To do
Of all the lines in the entries below, give again exactly those starting at the line containing "#94=AXIS2_PLACEMENT_3D('',#93,#19,#18);" and ending at the line containing "#104=EDGE_CURVE('',#75,#99,#95,.T.);", both ends included, and no others.

Saved entries
┌────────
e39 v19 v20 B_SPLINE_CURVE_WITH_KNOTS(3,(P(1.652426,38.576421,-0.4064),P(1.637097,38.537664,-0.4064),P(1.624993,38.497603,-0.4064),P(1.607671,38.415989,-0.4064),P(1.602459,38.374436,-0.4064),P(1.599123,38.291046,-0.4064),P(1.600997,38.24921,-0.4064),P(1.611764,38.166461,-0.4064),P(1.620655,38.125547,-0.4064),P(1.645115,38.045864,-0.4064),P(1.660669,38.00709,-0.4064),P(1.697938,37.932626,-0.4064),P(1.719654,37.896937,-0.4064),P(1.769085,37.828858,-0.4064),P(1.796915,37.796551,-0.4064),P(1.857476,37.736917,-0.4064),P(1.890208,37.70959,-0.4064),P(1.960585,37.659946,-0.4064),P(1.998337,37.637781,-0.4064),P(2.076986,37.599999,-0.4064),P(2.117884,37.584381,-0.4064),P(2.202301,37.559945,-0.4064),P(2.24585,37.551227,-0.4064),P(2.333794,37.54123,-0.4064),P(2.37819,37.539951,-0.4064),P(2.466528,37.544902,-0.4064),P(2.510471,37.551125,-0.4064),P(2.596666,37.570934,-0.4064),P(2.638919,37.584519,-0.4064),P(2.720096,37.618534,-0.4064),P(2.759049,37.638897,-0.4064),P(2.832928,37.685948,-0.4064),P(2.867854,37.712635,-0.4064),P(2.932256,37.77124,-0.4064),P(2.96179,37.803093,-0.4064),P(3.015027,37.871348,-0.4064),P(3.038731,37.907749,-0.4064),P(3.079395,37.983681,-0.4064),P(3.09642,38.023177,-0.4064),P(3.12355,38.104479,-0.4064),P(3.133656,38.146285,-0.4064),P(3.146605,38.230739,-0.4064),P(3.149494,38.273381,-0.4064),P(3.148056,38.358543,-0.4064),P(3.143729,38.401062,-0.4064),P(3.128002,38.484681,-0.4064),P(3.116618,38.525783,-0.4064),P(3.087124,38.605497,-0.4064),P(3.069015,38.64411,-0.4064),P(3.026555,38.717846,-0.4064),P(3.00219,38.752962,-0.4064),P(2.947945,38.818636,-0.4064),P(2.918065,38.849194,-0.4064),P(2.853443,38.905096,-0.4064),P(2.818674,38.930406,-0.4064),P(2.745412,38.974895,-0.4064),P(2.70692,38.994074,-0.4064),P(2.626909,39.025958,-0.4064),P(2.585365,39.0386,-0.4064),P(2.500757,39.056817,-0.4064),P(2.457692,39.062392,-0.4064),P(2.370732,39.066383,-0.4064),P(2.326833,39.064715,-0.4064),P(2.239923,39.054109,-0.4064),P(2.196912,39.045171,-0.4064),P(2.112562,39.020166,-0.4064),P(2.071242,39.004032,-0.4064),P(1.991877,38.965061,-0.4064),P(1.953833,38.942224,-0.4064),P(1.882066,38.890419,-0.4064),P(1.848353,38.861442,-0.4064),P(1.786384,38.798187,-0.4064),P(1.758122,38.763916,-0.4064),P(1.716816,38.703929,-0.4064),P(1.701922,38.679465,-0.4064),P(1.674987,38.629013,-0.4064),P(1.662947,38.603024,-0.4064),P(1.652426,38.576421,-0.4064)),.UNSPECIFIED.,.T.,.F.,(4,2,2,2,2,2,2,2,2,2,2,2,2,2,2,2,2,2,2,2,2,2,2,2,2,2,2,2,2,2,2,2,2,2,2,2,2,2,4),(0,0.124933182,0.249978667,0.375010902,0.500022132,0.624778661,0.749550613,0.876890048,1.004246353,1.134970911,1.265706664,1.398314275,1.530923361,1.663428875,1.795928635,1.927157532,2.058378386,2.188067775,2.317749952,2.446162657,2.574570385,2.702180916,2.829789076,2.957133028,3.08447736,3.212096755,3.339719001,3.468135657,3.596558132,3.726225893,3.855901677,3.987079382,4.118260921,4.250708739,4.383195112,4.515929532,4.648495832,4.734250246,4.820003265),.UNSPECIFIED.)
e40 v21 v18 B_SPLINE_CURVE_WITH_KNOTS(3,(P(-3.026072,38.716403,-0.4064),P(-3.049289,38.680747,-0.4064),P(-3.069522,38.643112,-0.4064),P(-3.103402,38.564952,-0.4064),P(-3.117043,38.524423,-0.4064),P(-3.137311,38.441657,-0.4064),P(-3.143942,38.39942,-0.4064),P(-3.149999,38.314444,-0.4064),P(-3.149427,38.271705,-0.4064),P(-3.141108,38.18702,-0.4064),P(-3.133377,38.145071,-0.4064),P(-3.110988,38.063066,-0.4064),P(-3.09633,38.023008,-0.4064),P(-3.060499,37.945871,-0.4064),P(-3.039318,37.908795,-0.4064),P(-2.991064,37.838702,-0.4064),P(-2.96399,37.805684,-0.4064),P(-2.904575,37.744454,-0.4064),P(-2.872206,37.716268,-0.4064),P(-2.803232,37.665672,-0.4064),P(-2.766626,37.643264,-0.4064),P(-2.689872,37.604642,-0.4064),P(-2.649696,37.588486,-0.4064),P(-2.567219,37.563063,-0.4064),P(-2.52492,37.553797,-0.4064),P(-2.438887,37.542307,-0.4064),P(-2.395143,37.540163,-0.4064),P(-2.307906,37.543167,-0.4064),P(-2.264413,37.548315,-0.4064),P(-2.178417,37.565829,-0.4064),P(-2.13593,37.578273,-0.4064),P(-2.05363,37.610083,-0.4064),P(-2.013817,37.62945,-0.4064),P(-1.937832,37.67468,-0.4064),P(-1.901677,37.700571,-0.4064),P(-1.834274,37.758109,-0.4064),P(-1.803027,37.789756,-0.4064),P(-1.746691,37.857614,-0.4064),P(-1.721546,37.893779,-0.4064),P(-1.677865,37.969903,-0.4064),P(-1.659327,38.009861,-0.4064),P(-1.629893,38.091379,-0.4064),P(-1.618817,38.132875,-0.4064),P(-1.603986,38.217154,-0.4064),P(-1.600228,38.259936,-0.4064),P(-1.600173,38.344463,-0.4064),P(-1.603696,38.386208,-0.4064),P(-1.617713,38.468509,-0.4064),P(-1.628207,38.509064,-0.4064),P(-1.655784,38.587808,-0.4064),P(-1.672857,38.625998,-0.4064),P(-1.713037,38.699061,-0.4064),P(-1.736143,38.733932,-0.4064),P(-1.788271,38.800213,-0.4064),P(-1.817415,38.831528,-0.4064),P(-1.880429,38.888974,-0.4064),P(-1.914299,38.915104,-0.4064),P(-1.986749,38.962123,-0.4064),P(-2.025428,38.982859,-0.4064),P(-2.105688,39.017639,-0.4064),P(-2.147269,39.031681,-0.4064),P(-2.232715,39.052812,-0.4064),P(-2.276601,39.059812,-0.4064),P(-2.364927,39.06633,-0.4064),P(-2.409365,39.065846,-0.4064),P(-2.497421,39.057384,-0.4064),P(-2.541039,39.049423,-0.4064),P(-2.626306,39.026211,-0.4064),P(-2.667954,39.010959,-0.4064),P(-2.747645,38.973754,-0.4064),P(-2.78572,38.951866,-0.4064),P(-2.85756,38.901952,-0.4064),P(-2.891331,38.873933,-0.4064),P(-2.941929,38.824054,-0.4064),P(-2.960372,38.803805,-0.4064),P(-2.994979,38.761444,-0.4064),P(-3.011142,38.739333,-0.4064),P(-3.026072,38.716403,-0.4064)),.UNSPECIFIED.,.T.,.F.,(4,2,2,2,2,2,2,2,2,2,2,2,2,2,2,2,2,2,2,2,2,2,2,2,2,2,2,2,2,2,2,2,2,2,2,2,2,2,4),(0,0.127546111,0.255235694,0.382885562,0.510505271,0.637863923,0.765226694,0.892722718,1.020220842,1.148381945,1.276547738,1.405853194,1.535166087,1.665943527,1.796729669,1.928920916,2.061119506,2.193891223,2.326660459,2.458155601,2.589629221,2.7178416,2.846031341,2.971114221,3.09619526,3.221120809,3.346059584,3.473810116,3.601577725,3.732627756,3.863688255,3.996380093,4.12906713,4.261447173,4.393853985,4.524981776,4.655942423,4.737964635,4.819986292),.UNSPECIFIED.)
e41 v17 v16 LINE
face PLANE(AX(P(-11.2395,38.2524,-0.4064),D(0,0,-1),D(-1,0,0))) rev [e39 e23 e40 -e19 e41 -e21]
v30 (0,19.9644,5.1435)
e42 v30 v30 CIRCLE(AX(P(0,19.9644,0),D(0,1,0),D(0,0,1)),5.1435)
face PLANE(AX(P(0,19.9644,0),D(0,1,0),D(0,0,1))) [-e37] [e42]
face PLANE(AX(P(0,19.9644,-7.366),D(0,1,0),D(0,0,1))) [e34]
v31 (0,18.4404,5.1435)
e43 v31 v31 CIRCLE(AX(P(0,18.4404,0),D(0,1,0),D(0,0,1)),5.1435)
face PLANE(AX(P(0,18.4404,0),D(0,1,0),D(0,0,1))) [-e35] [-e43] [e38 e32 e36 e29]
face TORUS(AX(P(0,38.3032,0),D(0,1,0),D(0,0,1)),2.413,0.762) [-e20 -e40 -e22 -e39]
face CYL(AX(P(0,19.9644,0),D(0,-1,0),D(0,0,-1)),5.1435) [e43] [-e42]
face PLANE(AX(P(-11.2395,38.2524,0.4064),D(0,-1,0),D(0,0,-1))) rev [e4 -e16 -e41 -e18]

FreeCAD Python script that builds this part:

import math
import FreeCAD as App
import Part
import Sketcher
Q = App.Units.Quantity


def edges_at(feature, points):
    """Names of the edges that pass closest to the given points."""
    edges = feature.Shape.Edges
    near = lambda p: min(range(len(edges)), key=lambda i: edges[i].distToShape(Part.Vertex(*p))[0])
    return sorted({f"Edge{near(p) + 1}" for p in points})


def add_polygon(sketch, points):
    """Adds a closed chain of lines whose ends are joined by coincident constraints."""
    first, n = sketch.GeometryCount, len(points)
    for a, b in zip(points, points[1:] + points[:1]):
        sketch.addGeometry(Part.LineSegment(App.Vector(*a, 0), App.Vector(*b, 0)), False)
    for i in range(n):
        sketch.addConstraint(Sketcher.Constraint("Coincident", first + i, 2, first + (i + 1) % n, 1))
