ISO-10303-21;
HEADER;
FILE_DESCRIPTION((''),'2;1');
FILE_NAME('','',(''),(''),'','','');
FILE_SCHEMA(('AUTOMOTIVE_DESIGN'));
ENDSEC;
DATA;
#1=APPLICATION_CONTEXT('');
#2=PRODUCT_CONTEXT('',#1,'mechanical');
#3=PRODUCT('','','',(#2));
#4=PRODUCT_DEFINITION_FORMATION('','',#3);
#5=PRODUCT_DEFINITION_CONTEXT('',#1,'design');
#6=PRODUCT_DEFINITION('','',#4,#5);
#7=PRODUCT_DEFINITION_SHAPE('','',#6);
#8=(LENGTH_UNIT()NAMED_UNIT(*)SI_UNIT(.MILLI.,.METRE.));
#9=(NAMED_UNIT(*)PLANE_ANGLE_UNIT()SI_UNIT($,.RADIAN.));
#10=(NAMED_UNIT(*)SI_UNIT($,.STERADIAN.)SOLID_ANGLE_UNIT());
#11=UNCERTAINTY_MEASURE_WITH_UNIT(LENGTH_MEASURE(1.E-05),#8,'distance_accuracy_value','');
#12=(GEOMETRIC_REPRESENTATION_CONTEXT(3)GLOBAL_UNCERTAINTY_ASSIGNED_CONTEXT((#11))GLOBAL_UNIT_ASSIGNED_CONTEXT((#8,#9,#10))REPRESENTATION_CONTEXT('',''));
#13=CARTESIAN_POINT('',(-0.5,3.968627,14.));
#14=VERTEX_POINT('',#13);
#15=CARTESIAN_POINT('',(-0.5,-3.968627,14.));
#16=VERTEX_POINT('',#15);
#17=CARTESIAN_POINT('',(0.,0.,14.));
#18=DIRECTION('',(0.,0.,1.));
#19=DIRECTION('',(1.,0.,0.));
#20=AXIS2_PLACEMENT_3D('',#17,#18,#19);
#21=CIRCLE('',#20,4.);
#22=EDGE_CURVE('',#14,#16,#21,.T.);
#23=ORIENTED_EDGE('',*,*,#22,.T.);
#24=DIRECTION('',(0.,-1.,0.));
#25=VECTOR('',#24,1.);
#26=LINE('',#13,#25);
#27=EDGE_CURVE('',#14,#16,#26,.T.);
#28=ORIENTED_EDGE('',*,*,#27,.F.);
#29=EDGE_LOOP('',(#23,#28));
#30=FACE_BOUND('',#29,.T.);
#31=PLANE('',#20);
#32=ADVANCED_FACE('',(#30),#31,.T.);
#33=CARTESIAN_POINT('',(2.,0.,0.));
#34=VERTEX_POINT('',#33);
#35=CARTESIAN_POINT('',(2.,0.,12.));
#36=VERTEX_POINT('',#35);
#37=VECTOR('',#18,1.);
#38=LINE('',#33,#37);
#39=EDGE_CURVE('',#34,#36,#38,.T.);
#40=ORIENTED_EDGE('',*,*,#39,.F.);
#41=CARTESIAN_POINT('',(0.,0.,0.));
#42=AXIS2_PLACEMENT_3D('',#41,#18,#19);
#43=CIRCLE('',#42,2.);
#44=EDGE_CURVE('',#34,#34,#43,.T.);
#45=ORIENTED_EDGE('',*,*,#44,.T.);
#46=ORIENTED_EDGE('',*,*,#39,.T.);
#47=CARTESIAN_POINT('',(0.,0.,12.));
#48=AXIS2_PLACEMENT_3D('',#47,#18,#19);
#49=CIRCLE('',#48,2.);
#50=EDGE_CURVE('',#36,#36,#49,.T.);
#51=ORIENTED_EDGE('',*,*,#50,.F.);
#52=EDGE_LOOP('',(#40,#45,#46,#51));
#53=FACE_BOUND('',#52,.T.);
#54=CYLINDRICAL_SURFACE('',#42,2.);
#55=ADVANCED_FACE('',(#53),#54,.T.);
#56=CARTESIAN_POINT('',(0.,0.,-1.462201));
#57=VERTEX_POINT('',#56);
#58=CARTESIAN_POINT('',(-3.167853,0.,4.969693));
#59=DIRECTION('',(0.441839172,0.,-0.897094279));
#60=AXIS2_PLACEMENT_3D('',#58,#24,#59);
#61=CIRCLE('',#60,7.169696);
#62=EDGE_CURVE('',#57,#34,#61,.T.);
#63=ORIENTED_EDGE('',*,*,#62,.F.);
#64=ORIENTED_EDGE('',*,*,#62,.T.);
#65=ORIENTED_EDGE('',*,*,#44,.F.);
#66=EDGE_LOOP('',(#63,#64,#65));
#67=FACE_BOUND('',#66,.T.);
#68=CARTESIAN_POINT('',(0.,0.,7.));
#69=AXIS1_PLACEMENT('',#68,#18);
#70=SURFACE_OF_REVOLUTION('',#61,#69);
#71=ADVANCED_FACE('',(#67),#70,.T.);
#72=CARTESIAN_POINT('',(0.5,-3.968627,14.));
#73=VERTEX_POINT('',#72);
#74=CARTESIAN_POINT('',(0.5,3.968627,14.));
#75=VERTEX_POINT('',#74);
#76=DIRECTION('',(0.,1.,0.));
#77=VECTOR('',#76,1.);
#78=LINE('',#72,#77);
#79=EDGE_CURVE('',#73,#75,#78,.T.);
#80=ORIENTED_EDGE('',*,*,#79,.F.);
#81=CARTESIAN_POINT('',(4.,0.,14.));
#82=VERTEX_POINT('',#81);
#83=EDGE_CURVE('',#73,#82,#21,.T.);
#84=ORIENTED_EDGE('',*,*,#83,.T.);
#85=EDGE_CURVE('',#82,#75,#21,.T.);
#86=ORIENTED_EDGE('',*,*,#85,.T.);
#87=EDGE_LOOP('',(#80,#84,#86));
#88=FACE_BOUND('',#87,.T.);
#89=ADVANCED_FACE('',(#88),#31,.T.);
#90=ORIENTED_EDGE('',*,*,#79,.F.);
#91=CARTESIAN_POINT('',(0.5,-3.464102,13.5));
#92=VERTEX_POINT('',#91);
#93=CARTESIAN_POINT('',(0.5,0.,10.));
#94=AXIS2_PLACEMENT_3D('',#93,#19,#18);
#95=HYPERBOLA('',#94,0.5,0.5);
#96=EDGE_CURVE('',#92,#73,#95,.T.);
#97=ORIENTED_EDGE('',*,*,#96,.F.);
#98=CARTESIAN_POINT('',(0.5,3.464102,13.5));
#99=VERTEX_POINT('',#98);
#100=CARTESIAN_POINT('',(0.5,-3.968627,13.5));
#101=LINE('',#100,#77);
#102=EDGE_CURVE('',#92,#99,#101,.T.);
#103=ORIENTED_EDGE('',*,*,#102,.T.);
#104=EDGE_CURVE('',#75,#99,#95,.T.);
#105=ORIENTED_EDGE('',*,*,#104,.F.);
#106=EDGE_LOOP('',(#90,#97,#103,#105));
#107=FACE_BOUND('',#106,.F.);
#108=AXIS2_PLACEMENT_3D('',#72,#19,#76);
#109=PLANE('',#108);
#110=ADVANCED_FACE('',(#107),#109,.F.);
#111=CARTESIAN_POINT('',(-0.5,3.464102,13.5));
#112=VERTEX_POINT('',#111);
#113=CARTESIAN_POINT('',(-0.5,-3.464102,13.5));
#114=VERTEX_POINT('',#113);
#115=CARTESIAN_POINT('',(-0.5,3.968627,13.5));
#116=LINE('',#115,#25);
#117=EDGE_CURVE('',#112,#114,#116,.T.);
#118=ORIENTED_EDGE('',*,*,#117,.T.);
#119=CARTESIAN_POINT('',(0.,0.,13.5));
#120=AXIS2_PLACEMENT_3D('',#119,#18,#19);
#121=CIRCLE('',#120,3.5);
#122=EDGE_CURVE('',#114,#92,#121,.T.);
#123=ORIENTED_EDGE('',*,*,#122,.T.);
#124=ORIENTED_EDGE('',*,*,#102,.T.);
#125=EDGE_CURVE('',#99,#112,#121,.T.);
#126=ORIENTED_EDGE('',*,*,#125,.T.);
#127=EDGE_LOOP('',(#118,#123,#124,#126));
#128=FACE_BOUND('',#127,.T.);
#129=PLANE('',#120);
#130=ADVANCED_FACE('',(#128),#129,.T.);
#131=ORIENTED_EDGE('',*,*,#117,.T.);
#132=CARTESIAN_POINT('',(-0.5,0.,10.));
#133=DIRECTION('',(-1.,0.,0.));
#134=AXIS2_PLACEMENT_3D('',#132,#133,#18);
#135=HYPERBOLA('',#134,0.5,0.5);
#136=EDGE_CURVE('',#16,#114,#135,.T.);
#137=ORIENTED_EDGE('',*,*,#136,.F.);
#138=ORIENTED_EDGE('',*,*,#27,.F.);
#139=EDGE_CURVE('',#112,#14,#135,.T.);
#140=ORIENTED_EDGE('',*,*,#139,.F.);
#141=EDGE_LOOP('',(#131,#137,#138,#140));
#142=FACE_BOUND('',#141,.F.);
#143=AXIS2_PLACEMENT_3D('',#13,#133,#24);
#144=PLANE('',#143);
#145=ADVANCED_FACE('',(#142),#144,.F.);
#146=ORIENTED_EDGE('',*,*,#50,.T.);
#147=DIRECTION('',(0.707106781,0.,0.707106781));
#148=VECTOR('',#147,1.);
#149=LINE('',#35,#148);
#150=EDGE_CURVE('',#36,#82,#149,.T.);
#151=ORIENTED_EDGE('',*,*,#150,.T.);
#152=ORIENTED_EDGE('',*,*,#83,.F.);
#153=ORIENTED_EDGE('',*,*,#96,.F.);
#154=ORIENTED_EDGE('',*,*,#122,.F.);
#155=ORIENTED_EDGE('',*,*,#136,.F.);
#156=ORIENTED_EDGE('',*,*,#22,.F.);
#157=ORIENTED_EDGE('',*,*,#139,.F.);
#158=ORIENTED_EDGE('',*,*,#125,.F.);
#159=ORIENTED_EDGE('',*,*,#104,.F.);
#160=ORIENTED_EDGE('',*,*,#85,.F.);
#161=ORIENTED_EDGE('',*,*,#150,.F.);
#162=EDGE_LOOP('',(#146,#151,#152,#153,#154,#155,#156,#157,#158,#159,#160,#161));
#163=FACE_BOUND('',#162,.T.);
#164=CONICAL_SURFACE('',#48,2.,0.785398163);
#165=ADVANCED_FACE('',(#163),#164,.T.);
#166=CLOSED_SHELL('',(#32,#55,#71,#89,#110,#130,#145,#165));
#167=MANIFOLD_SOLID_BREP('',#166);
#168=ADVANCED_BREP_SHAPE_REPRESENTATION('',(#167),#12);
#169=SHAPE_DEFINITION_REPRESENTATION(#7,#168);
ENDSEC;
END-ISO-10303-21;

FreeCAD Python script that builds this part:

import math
import FreeCAD as App
import Part
import Sketcher
from FreeCAD import Vector
Q = App.Units.Quantity

doc = App.newDocument("Part")
params = doc.addObject("Spreadsheet::Sheet", "Params")
for row, (alias, value) in enumerate([
    ("sketch1_width", "4 mm"),
    ("sketch1_height", "12 mm"),
    ("revolution_angle", "360 deg"),
    ("pocket1_length", "0.5 mm"),
], start=1):
    params.set(f"A{row}", alias)
    params.set(f"B{row}", "=" + value)
    params.setAlias(f"B{row}", alias)

body = doc.addObject("PartDesign::Body", "Body")

sketch1 = doc.addObject("Sketcher::SketchObject", "Sketch")
body.addObject(sketch1)
sketch1.AttachmentSupport = (doc.XZ_Plane, [""])
sketch1.MapMode = "FlatFace"
sketch1.addGeometry([
    Part.LineSegment(Vector(0, 14, 0), Vector(0, -1.462201, 0)),
    Part.ArcOfCircle(Part.Circle(Vector(-3.167853, 4.969693, 0), Vector(0, 0, 1), 7.169696), math.radians(-63.778713), math.radians(-43.880174)),
    Part.LineSegment(Vector(2, 0, 0), Vector(2, 12, 0)),
    Part.LineSegment(Vector(2, 12, 0), Vector(4, 14, 0)),
    Part.LineSegment(Vector(4, 14, 0), Vector(0, 14, 0)),
], False)
sketch1.addConstraint([
    Sketcher.Constraint("Coincident", 0, 2, 1, 1),
    Sketcher.Constraint("Coincident", 1, 2, 2, 1),
    Sketcher.Constraint("Coincident", 2, 2, 3, 1),
    Sketcher.Constraint("Coincident", 3, 2, 4, 1),
    Sketcher.Constraint("Coincident", 4, 2, 0, 1),
    Sketcher.Constraint("Vertical", 0),
    Sketcher.Constraint("Vertical", 2),
    Sketcher.Constraint("Horizontal", 4),
    Sketcher.Constraint("PointOnObject", 0, 2, -2),
    Sketcher.Constraint("PointOnObject", 1, 2, -1),
    Sketcher.Constraint("DistanceX", 4, 2, 4, 1, 4.0),
    Sketcher.Constraint("DistanceY", 2, 1, 2, 2, 12.0),
    Sketcher.Constraint("Angle", 3, Q("45 deg")),
    Sketcher.Constraint("DistanceX", -1, 1, 1, 2, 2.0),
    Sketcher.Constraint("DistanceY", 0, 2, 0, 1, 15.462201),
    Sketcher.Constraint("Radius", 1, 7.169696),
])
sketch1.setExpression("Constraints[10]", "Params.sketch1_width")
sketch1.setExpression("Constraints[11]", "Params.sketch1_height")
revolution = doc.addObject("PartDesign::Revolution", "Revolution")
body.addObject(revolution)
revolution.Profile = sketch1
revolution.ReferenceAxis = (sketch1, ["V_Axis"])
revolution.setExpression("Angle", "Params.revolution_angle")

sketch2 = doc.addObject("Sketcher::SketchObject", "Sketch001")
body.addObject(sketch2)
sketch2.AttachmentSupport = (doc.XY_Plane, [""])
sketch2.MapMode = "FlatFace"
sketch2.AttachmentOffset = App.Placement(Vector(0, 0, 14), App.Rotation())
sketch2.addGeometry([
    Part.LineSegment(Vector(-0.5, 3.968627, 0), Vector(-0.5, -3.968627, 0)),
    Part.ArcOfCircle(Part.Circle(Vector(0, 0.000004, 0), Vector(0, 0, 1), 4.000004), math.radians(-97.180748), math.radians(-82.819252)),
    Part.LineSegment(Vector(0.5, -3.968627, 0), Vector(0.5, 3.968627, 0)),
    Part.ArcOfCircle(Part.Circle(Vector(0, -0.000004, 0), Vector(0, 0, 1), 4.000004), math.radians(82.819252), math.radians(97.180748)),
], False)
sketch2.addConstraint([
    Sketcher.Constraint("Coincident", 0, 2, 1, 1),
    Sketcher.Constraint("Coincident", 1, 2, 2, 1),
    Sketcher.Constraint("Coincident", 2, 2, 3, 1),
    Sketcher.Constraint("Coincident", 3, 2, 0, 1),
    Sketcher.Constraint("Vertical", 0),
    Sketcher.Constraint("Vertical", 2),
    Sketcher.Constraint("Coincident", 1, 3, -1, 1),
    Sketcher.Constraint("Coincident", 3, 3, -1, 1),
    Sketcher.Constraint("Equal", 1, 3),
    Sketcher.Constraint("Horizontal", 0, 2, 1, 2),
    Sketcher.Constraint("DistanceX", 0, 2, 1, 2, 1.0),
    Sketcher.Constraint("Radius", 1, 4.000004),
])
pocket1 = doc.addObject("PartDesign::Pocket", "Pocket")
body.addObject(pocket1)
pocket1.Profile = sketch2
pocket1.setExpression("Length", "Params.pocket1_length")

doc.recompute()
└────────
Task answer
#94=AXIS2_PLACEMENT_3D('',#93,#19,#18);
#95=HYPERBOLA('',#94,0.5,0.5);
#96=EDGE_CURVE('',#92,#73,#95,.T.);
#97=ORIENTED_EDGE('',*,*,#96,.F.);
#98=CARTESIAN_POINT('',(0.5,3.464102,13.5));
#99=VERTEX_POINT('',#98);
#100=CARTESIAN_POINT('',(0.5,-3.968627,13.5));
#101=LINE('',#100,#77);
#102=EDGE_CURVE('',#92,#99,#101,.T.);
#103=ORIENTED_EDGE('',*,*,#102,.T.);
#104=EDGE_CURVE('',#75,#99,#95,.T.);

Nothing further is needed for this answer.